POST FALLS - Deborah Berlin apologized to a couple of wary visitors for the cave-like darkness as they stepped inside her cavernous bar for the very first time.

The bar, the longtime Slab Inn in Post Falls, is haunted, she said Tuesday afternoon. In the spirit of Halloween, she invited the guests to come by and have a look around.

"The (ghost) stories actually go way back, so there's like a trillion of them," Berlin said. The Slab turns 80 in June, and she has owned it with her husband, Randy, for the past 17 years.

In addition to being haunted, it has its share of poltergeist activity, including objects flying off the walls and TVs turning on by themselves. Occasionally, the sound of a piano can be heard, lightly tinkling toward the back, though it has been a long, long time since the place had a piano.
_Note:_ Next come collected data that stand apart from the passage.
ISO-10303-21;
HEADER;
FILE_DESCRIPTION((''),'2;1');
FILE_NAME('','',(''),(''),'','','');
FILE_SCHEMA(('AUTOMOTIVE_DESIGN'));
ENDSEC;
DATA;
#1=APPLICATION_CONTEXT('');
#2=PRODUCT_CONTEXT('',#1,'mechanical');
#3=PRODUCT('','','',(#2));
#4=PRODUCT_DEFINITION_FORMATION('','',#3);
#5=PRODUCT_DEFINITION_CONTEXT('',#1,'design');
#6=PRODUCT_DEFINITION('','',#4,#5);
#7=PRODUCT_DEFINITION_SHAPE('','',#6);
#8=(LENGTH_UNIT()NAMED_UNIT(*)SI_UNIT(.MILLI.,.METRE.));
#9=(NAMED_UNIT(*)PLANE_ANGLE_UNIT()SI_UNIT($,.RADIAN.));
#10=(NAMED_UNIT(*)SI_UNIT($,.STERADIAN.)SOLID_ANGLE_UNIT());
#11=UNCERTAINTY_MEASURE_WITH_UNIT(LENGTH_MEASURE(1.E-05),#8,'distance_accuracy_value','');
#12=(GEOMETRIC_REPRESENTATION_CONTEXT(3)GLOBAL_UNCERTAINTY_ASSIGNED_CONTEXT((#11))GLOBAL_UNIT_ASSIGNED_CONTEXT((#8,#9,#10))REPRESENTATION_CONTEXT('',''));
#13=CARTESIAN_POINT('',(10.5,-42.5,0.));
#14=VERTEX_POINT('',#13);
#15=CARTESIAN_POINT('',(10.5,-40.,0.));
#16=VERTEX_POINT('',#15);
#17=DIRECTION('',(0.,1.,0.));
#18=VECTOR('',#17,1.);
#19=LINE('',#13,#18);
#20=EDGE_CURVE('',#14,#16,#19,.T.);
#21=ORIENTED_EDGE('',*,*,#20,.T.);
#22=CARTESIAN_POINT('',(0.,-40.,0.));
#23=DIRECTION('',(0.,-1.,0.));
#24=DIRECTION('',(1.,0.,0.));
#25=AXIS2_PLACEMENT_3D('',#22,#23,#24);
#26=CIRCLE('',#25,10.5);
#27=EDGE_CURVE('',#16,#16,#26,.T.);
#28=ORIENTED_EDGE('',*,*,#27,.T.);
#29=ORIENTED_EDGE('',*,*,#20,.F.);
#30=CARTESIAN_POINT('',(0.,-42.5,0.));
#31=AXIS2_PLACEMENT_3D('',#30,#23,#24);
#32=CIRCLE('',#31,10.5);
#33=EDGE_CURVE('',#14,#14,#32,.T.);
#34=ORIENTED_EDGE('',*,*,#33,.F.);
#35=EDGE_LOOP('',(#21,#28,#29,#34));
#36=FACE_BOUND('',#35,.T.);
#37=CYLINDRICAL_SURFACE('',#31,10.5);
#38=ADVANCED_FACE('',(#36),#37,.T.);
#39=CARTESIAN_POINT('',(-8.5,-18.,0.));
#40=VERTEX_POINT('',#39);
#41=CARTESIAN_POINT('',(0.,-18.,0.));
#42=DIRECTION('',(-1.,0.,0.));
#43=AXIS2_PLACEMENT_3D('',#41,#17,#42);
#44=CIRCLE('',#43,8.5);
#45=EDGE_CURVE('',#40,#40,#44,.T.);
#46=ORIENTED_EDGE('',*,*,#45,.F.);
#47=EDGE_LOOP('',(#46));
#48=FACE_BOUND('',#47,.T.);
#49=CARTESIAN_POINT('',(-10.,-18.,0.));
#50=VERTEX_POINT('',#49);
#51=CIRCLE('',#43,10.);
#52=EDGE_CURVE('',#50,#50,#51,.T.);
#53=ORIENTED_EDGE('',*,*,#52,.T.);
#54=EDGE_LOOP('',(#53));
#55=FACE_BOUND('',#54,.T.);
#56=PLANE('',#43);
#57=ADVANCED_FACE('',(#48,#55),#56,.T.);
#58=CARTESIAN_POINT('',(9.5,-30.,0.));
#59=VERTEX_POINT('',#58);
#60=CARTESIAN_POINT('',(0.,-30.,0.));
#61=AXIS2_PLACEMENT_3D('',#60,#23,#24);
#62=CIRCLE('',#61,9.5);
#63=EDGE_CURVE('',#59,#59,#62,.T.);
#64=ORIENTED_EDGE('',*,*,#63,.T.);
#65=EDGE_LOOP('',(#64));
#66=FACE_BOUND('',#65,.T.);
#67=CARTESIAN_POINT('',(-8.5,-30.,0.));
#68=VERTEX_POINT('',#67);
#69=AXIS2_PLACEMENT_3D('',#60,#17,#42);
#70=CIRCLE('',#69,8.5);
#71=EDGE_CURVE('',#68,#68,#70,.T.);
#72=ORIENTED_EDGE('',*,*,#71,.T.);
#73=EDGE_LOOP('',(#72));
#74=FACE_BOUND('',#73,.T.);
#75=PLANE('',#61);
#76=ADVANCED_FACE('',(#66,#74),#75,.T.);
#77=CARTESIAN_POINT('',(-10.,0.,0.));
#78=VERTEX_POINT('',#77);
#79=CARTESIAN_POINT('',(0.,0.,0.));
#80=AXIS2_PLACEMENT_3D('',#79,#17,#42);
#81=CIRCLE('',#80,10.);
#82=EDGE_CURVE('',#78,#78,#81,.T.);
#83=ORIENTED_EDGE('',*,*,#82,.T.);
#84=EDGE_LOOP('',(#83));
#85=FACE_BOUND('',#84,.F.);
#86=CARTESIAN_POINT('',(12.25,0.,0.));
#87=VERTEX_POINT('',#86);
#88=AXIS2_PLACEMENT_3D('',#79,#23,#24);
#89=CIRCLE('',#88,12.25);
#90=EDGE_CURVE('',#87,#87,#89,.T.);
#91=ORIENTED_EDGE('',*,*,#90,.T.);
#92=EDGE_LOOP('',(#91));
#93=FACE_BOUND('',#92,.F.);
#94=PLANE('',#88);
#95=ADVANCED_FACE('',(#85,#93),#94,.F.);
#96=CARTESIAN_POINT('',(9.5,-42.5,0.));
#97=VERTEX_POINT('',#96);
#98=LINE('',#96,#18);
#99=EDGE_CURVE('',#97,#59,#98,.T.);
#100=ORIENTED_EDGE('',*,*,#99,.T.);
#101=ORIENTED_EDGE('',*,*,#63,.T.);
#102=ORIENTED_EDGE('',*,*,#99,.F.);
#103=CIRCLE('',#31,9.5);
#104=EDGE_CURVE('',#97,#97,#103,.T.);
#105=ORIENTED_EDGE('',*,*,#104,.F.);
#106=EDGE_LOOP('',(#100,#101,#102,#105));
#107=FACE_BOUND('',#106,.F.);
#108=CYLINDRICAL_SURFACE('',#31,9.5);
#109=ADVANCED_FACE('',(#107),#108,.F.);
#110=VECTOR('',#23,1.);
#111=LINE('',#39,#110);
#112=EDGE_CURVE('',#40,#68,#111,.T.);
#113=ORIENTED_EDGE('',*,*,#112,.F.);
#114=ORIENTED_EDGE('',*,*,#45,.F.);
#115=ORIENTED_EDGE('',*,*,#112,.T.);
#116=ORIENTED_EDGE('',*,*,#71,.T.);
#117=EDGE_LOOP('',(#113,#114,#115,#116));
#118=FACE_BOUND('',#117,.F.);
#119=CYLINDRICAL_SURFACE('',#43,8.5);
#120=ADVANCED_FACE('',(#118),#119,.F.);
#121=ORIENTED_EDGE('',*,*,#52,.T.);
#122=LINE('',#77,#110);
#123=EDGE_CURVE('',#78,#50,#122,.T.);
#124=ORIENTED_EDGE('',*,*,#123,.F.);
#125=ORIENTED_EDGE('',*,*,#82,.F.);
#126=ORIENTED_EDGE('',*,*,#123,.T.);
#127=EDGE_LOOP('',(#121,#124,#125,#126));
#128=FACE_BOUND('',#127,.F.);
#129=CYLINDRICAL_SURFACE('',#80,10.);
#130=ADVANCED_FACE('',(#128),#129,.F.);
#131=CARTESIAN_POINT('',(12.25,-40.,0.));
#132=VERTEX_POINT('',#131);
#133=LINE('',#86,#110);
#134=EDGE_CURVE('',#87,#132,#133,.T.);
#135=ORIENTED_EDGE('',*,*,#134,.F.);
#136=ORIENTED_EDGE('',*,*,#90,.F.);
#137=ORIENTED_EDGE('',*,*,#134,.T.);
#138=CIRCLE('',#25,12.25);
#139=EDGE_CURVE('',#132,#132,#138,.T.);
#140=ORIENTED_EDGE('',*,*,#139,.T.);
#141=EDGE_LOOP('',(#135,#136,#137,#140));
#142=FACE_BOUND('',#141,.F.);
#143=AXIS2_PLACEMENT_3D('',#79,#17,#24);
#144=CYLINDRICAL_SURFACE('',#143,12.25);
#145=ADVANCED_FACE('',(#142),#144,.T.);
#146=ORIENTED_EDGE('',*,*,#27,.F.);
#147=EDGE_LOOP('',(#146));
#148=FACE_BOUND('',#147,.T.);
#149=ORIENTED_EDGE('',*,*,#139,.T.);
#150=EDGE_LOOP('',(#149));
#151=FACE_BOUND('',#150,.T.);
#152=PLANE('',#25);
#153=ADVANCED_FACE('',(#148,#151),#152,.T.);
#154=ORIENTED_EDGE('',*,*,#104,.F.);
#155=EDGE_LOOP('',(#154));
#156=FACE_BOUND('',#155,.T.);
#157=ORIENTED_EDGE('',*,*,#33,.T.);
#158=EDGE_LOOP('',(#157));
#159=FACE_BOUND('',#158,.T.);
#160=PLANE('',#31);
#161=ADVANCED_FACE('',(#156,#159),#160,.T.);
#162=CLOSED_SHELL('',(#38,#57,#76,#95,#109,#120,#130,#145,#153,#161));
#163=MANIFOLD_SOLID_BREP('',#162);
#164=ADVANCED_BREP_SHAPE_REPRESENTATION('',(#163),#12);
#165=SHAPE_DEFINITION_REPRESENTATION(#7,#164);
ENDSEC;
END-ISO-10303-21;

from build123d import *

# Parameters (mm, degrees)
F0_R     = 12.25
F1_DEPTH = 42.5
F2_R     = 12.25
F2_R_2   = 10.5
F3_DEPTH = 2.5
F4_R     = 9.5
F5_DEPTH = 12.5
F6_R     = 10
F7_DEPTH = 18
F8_R     = 8.5
F9_DEPTH = 25


with BuildPart() as f1:
    # F0 (on Front) → F1 (new body)
    with BuildSketch(Plane.XZ):
        Circle(F0_R)
    extrude(amount=F1_DEPTH)

    # F2 (on face) → F3 (cut)
    with BuildSketch(Plane.XZ.offset(42.5)):
        Circle(F2_R)
        Circle(F2_R_2, mode=Mode.SUBTRACT)
    extrude(amount=-F3_DEPTH, mode=Mode.SUBTRACT)

    # F4 (on face) → F5 (cut)
    with BuildSketch(Plane.XZ.offset(42.5)):
        Circle(F4_R)
    extrude(amount=-F5_DEPTH, mode=Mode.SUBTRACT)

    # F6 (on face) → F7 (cut)
    with BuildSketch(Plane(origin=(0, 0, 0), x_dir=(-1, 0, 0), z_dir=(0, 1, 0))):
        Circle(F6_R)
    extrude(amount=-F7_DEPTH, mode=Mode.SUBTRACT)

    # F8 (on face) → F9 (cut)
    with BuildSketch(Plane(origin=(0, -18, 0), x_dir=(-1, 0, 0), z_dir=(0, 1, 0))):
        Circle(F8_R)
    extrude(amount=-F9_DEPTH, mode=Mode.SUBTRACT)


solid = f1.part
A girl haunts the place, Berlin said. She's not spooky, she's just little. One of the multiple groups of paranormal experts who conducted investigations inside the bar (one just six months ago) detected her diminutive shadow, she said.

The little girl often can be heard, and sometimes seen, on the left side of the music stage, or quietly and quickly slipping through a back hallway.
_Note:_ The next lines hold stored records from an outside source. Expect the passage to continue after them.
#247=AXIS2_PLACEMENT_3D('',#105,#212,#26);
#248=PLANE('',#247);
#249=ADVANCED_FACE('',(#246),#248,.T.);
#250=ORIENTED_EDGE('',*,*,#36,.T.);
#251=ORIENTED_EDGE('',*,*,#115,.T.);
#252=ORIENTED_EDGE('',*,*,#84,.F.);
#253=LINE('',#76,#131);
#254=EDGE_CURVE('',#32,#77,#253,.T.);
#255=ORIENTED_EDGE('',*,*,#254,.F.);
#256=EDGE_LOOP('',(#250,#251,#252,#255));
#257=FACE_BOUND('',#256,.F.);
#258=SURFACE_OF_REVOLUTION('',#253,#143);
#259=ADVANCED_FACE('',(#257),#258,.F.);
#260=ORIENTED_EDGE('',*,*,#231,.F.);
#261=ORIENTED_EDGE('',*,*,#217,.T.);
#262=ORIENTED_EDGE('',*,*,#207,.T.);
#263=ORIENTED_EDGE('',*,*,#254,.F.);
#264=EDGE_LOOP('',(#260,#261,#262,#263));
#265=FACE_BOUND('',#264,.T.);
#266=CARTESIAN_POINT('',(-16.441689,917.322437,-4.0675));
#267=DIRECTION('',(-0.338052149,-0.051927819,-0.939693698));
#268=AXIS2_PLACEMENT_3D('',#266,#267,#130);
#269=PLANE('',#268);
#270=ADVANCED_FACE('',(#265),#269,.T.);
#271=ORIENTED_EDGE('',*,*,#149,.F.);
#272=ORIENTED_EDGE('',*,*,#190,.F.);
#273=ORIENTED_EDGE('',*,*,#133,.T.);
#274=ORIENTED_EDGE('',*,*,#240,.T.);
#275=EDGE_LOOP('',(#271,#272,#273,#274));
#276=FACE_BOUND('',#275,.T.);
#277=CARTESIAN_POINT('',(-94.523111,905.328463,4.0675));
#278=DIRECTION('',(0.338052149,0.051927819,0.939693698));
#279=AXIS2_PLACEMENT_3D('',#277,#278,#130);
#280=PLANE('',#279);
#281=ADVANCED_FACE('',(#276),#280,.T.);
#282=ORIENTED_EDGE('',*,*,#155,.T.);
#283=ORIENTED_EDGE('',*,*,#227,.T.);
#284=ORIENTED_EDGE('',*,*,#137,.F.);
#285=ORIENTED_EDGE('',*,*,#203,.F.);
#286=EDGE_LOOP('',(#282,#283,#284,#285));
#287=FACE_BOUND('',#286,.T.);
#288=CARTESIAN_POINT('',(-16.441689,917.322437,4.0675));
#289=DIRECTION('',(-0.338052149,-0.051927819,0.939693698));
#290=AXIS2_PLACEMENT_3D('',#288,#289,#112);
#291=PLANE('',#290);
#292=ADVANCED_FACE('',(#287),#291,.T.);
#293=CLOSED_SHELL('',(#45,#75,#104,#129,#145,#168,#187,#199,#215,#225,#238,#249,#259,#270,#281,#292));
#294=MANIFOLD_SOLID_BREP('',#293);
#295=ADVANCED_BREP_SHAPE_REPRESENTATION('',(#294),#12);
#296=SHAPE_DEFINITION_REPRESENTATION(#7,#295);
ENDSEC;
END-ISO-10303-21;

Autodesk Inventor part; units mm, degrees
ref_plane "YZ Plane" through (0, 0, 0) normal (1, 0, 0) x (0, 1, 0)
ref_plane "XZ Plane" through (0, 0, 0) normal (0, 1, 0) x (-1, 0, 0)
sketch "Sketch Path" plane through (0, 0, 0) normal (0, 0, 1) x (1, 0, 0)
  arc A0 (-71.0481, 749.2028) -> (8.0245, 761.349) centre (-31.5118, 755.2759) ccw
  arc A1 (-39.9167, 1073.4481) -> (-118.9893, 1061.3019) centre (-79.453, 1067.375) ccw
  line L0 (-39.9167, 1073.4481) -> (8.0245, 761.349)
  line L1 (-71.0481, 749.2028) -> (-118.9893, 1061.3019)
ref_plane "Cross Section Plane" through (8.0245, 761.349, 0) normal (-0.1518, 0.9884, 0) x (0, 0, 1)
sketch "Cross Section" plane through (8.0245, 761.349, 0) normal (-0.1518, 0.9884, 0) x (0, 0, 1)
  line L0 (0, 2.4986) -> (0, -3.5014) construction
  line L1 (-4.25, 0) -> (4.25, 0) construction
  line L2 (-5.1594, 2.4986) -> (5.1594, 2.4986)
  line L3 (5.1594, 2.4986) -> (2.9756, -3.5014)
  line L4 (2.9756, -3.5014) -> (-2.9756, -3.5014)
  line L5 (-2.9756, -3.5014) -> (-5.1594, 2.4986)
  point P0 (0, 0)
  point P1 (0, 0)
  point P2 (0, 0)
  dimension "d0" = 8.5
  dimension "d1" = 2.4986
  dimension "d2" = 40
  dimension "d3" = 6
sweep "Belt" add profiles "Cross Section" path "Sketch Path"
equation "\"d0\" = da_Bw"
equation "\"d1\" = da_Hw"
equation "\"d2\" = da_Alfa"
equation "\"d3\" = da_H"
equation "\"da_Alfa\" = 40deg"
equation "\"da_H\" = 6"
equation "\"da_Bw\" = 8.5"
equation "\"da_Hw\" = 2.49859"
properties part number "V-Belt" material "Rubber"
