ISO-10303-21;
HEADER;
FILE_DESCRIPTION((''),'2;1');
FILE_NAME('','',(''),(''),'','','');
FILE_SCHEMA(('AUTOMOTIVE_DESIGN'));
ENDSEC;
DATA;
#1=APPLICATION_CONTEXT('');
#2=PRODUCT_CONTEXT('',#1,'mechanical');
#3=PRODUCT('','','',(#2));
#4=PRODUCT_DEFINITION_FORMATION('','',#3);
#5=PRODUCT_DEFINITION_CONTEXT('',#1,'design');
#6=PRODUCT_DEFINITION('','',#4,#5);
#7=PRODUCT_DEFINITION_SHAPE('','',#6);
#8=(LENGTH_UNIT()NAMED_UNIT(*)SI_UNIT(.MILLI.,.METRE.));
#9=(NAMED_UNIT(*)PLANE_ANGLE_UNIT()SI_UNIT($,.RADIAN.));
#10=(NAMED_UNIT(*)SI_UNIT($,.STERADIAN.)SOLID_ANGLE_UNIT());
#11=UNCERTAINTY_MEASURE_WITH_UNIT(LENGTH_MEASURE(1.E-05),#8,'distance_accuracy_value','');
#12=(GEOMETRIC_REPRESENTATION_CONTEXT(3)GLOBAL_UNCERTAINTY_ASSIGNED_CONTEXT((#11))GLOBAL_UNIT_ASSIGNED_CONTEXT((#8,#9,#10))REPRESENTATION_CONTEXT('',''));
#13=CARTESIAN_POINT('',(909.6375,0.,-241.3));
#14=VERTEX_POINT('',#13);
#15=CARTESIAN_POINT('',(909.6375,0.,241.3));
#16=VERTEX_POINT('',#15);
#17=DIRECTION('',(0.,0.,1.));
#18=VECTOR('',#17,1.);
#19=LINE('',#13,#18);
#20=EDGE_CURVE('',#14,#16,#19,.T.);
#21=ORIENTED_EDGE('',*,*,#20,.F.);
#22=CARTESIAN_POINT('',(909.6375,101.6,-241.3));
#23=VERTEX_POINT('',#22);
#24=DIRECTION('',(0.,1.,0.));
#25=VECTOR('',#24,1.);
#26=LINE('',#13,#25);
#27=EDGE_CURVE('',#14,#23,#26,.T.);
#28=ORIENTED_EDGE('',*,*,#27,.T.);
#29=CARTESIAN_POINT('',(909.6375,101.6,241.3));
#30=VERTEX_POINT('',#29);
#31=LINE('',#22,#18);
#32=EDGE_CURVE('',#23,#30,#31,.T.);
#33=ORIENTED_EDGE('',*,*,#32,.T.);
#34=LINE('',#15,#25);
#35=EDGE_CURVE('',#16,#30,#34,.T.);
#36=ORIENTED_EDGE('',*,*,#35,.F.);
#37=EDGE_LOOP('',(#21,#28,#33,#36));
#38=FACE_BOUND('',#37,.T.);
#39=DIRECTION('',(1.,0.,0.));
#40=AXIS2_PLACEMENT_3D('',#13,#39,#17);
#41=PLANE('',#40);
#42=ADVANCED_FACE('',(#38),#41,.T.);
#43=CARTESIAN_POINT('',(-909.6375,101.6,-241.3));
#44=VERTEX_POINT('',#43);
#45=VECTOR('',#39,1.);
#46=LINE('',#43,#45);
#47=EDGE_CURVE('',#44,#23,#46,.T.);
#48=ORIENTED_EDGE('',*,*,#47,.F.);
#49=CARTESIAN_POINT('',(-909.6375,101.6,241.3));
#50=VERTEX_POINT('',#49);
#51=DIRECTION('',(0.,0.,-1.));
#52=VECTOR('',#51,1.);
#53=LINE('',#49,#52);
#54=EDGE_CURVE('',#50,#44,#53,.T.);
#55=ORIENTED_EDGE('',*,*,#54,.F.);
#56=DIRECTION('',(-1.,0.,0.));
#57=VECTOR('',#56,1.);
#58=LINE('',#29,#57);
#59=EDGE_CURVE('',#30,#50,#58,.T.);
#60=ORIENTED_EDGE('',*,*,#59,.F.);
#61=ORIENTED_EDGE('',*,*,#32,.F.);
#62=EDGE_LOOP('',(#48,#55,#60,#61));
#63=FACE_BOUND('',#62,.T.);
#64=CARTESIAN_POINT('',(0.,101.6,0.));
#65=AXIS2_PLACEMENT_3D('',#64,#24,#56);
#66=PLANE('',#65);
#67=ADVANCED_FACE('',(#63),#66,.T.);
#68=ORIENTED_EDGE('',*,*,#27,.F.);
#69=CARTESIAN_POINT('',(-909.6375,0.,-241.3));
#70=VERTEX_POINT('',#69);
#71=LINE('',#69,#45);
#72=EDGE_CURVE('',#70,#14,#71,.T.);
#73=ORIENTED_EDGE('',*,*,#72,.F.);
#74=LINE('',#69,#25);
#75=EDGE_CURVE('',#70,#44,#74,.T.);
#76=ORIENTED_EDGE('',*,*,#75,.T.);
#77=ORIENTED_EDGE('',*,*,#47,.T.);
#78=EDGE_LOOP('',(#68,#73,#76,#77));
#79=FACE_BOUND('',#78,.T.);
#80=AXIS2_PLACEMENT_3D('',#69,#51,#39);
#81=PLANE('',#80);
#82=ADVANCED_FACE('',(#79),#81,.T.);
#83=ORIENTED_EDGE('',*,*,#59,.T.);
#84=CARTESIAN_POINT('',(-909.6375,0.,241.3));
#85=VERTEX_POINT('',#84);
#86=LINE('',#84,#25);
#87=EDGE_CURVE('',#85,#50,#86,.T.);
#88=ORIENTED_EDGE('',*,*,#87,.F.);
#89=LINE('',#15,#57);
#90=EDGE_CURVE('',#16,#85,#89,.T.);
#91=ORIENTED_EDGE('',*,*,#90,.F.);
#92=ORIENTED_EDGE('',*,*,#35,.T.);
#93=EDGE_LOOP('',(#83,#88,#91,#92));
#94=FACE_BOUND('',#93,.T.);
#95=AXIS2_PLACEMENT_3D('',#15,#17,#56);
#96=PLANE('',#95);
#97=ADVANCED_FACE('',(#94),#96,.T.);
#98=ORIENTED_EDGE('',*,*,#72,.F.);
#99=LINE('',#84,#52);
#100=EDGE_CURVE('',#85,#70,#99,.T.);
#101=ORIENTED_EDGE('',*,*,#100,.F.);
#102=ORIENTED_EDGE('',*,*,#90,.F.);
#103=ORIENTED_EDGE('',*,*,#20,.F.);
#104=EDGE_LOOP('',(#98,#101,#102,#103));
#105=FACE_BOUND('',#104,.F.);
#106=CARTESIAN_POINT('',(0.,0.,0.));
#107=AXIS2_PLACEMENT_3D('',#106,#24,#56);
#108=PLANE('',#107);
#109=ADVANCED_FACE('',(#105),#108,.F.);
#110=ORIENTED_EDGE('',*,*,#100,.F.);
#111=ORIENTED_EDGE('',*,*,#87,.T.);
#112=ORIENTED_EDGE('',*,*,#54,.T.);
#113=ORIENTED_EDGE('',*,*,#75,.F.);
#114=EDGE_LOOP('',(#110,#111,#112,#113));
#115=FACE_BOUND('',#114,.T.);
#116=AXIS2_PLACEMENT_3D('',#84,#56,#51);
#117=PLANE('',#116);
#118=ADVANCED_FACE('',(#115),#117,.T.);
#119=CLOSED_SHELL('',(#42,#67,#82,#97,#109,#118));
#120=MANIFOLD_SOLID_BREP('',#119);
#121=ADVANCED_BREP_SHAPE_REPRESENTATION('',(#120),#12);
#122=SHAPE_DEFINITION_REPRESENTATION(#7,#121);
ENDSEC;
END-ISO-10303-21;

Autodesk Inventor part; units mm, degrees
ref_plane "YZ Plane" through (0, 0, 0) normal (1, 0, 0) x (0, 1, 0)
ref_plane "XZ Plane" through (0, 0, 0) normal (0, 1, 0) x (-1, 0, 0)
ref_plane "XY Plane" through (0, 0, 0) normal (0, 0, 1) x (1, 0, 0)
sketch "Sketch1" plane through (0, 0, 0) normal (0, 1, 0) x (-1, 0, 0)
  line L0 (909.6375, -241.3) -> (-909.6375, -241.3)
  line L1 (-909.6375, -241.3) -> (-909.6375, 241.3)
  line L2 (-909.6375, 241.3) -> (909.6375, 241.3)
  line L3 (909.6375, 241.3) -> (909.6375, -241.3)
  line L4 (909.6375, -241.3) -> (-909.6375, 241.3) construction
  line L5 (-909.6375, -241.3) -> (909.6375, 241.3) construction
  point P0 (0, 0)
  dimension "d0" = 1819.275
  dimension "d1" = 482.6
extrude "Extrusion1" add sketch "Sketch1" along normal blind 101.6
properties part number "7 cap - 2" material "Granite, Cut, Polished"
A longtime doorman, Art Hoffman, also haunts the place, said Berlin.

"I have had several people see him sitting here (by the front door) since he's passed (away)," Berlin said. "We know Art's still around here."

Overnight paranormal investigations inside the bar have detected a lot of sound from spirits, far more than Art and the little girl could produce alone.

"They got a lot of stuff, and it's all recorded, and it's really freaky," Berlin said. "I kept accusing them of being the ones who were talking, because I didn't really believe" what she was hearing on the recordings they captured.

She believes now.

A group of paranormal investigators one night reported voices repeatedly crying out, "Just breathe!"

The investigators pointed to the location in the bar where the voices were strongest.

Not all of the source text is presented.